Eiger Sanction is definitely from that category ... so-bad-it’s-good movie. With it’s over the top storyline and shaggy 70’s groove, the entire movie is craptacular. Keeping up with his tough-guy image, of course Clint does all of his own stunts - in and out of the bed. This might be one of the best Clint movies yet.

Wednesday, December 5, 2007

Year of Eastwood #21

Pink Cadillac (1989)

Starring: Eastwood, Bernadette Peters
Directed by Buddy Van Horn

Can Clint do comedy? This question seems to have mixed results. Clint had success with Hey Lookout for That Monkey but critics didn’t appreciate his down-home style of humor. The rest of Clint’s attempts at comedy follow the same guidelines … a lot of stereotypes, a few fart jokes, and Clint playing off his image as a tough, bad ass.

Action stars have a hard time making that transition to comedies, but dagnabbit if they don’t keep trying. Stallone had Stop! or my mom will do something. Arnold tried it with that one where he got pregnant. Harrison Ford did something where he was trapped on an island with a lesbian. Bruce Willis kinda flipped it by being funny on Moonlighting before the Die Hard, um, quadrology (?) - although I’m having trouble thinking of any funny movies he’s made since then.

Pink Cadillac tries to mix it up with a little bit of comedy thrown into the blender with some action. Nothing really funny to speak of in this movie, although to Clint’s credit - he is the funniest thing in this clunker. Clint is a “skip tracer” or a modern day bounty hunter. He gets to break out a few wacky characters as he fools these chumps on the run. But when his next job is to track down the bubbly Bernadette, he gets more than he bargained for … or at least I’m sure that’s what the trailer promised.

Bernadette has a lot of hair. Rumor has it that it even had its own agent. Bernadette sure is cute, but despite her place in my heart for The Jerk, she just isn’t that interesting as an actress. The movie just plods along and both actors don’t really seem that invested in making this a good movie.

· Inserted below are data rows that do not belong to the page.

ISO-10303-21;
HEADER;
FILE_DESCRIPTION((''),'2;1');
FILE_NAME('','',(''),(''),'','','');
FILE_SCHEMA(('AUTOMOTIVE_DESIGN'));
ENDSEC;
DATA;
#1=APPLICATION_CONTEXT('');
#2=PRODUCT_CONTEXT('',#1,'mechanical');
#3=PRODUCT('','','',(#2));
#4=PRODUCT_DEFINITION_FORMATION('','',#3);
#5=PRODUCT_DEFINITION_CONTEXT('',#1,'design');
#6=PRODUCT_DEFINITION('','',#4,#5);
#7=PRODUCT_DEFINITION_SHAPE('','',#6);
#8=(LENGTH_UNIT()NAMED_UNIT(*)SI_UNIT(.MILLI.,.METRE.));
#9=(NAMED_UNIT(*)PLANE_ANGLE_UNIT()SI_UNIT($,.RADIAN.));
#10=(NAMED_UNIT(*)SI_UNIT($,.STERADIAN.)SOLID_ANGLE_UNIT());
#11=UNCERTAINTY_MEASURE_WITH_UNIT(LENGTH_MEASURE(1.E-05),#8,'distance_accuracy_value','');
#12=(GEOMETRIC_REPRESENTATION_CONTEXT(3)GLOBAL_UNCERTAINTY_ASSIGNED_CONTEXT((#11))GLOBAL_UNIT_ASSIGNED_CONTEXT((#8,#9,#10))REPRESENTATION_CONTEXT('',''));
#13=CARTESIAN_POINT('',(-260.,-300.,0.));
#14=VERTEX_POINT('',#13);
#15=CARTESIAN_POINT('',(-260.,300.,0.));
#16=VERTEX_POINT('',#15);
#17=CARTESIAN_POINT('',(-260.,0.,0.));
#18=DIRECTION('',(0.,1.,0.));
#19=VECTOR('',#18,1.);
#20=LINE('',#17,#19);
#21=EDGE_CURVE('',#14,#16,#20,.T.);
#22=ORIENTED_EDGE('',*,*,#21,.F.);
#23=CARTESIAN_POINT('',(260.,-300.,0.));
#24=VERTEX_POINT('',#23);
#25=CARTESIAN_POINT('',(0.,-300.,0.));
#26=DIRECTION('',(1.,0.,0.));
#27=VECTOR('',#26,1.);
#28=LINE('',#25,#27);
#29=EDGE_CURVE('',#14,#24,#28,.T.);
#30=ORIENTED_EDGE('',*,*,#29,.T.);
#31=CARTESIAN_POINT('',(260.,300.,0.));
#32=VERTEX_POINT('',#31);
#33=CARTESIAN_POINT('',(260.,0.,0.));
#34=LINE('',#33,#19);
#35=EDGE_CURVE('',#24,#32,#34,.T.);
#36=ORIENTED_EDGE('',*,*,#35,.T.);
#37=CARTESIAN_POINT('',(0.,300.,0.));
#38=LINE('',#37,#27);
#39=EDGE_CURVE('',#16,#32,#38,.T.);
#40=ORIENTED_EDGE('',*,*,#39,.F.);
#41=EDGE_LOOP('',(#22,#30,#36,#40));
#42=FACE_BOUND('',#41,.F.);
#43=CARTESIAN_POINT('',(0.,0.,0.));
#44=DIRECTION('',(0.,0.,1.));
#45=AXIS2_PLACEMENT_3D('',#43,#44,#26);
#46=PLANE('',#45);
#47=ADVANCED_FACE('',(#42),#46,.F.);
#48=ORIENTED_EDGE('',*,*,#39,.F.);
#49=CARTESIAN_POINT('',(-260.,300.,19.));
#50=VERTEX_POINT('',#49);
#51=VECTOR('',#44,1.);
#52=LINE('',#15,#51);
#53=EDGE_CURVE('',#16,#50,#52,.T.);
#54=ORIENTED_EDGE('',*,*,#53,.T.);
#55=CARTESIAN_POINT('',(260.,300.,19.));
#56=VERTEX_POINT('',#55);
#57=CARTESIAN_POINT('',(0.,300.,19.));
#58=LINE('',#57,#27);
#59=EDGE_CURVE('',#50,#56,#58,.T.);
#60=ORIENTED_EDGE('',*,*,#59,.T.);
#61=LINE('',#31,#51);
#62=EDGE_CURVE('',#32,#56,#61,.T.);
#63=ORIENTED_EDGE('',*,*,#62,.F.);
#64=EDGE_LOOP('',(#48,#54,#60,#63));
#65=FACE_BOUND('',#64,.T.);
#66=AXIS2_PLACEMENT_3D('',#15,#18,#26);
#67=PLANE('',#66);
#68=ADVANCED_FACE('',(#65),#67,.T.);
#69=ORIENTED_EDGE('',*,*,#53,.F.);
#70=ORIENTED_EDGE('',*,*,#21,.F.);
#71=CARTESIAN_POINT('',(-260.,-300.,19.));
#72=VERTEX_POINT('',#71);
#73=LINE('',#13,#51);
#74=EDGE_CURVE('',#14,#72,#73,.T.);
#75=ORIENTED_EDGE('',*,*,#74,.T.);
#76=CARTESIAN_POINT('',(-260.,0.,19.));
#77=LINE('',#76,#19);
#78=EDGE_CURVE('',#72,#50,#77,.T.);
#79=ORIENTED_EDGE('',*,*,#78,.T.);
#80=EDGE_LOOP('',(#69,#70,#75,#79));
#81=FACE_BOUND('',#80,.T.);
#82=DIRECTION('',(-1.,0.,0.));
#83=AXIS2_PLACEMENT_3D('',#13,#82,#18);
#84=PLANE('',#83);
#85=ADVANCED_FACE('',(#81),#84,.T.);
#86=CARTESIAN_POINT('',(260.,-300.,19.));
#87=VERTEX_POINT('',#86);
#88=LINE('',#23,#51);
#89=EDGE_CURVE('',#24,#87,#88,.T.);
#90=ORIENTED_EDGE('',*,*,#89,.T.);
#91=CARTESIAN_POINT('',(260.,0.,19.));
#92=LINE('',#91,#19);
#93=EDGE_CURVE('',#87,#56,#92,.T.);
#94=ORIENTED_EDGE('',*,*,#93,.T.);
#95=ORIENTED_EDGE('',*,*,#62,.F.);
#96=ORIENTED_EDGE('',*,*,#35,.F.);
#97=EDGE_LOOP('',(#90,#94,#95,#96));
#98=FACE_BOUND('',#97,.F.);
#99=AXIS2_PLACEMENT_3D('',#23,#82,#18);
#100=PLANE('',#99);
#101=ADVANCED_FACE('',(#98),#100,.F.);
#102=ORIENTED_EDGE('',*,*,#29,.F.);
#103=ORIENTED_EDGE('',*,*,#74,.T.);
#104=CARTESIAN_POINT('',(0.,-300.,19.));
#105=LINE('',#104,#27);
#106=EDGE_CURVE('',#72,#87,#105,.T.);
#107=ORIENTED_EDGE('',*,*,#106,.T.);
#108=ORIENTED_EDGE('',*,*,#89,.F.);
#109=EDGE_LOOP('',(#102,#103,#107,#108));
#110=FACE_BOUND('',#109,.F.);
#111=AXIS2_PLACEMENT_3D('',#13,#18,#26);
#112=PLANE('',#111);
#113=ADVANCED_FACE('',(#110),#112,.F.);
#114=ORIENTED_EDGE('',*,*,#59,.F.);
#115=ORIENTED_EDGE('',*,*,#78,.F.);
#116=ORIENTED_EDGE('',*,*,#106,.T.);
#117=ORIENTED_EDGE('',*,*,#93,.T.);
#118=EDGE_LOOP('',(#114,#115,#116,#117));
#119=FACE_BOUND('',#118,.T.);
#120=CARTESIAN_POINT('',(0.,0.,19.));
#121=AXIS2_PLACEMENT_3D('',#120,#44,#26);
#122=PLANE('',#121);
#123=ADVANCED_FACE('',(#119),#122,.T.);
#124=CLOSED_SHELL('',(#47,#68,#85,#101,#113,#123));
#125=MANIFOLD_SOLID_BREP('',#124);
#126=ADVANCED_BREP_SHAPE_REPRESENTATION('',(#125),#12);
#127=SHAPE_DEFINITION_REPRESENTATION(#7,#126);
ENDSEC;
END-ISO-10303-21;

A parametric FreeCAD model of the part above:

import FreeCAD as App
import Part
import Sketcher

doc = App.newDocument("Part")
body = doc.addObject("PartDesign::Body", "Body")

sketch1 = body.newObject("Sketcher::SketchObject", "Sketch")
sketch1.AttachmentSupport = (doc.getObject("XY_Plane"), [""])
sketch1.MapMode = "FlatFace"
sketch1.addGeometry(Part.LineSegment(App.Vector(-260, 300, 0), App.Vector(-260, -300, 0)), False)
sketch1.addGeometry(Part.LineSegment(App.Vector(-260, -300, 0), App.Vector(260, -300, 0)), False)
sketch1.addGeometry(Part.LineSegment(App.Vector(260, -300, 0), App.Vector(260, 300, 0)), False)
sketch1.addGeometry(Part.LineSegment(App.Vector(260, 300, 0), App.Vector(-260, 300, 0)), False)
sketch1.addConstraint(Sketcher.Constraint("Coincident", 0, 2, 1, 1))
sketch1.addConstraint(Sketcher.Constraint("Coincident", 1, 2, 2, 1))
sketch1.addConstraint(Sketcher.Constraint("Coincident", 2, 2, 3, 1))
sketch1.addConstraint(Sketcher.Constraint("Coincident", 3, 2, 0, 1))
sketch1.addConstraint(Sketcher.Constraint("Vertical", 0))
sketch1.addConstraint(Sketcher.Constraint("Horizontal", 1))
sketch1.addConstraint(Sketcher.Constraint("Vertical", 2))
sketch1.addConstraint(Sketcher.Constraint("Horizontal", 3))
sketch1.addConstraint(Sketcher.Constraint("Symmetric", 0, 2, 2, 2, -1, 1))
sketch1.addConstraint(Sketcher.Constraint("DistanceX", 1, 1, 1, 2, 520.0))
sketch1.addConstraint(Sketcher.Constraint("DistanceY", 0, 2, 0, 1, 600.0))
pad1 = body.newObject("PartDesign::Pad", "Pad")
pad1.Profile = sketch1
pad1.Length = 19

doc.recompute()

Clint and Permadette ride around in the pink Cadillac running from her husband’s gang of racist baddies. Then Permadette and Clint ride around in the pink Cadillac chasing after the bad guys. Somewhere in there's some stuff about a baby that nobody seems too concerned about. A person might wonder how she got involved with a guy that hangs around a bunch of white extremists ... she says she thought she was getting James Dean but all she got was amphetamines. That's the jokes, people.

Nothing screams comedy like a bunch of white supremacists. These guys really play it out like their doing freakin' Shakespeare - digging down deep for their craft. What do you suppose those casting calls are like for roles like these? Were they really hoping to get their big break by playing a racist in Pink Cadillac? Is that a role you spend much time researching? Do you encourage family members to click on your link on imdb.com?

Looking back at Clint’s acting career, the 80’s were a pretty rough time for this superstar. It started out with Any Which Way You Can and he wrapped up the decade with this flop which ranks as one of Clint’s least successful films at the box office. One can only imagine that Clint’s career would have continued it’s downward slide if he didn’t have Unforgiven in his back pocket. But hey, Clint did get to put on a gold lamet jacket and a swanky fake mustache for this movie.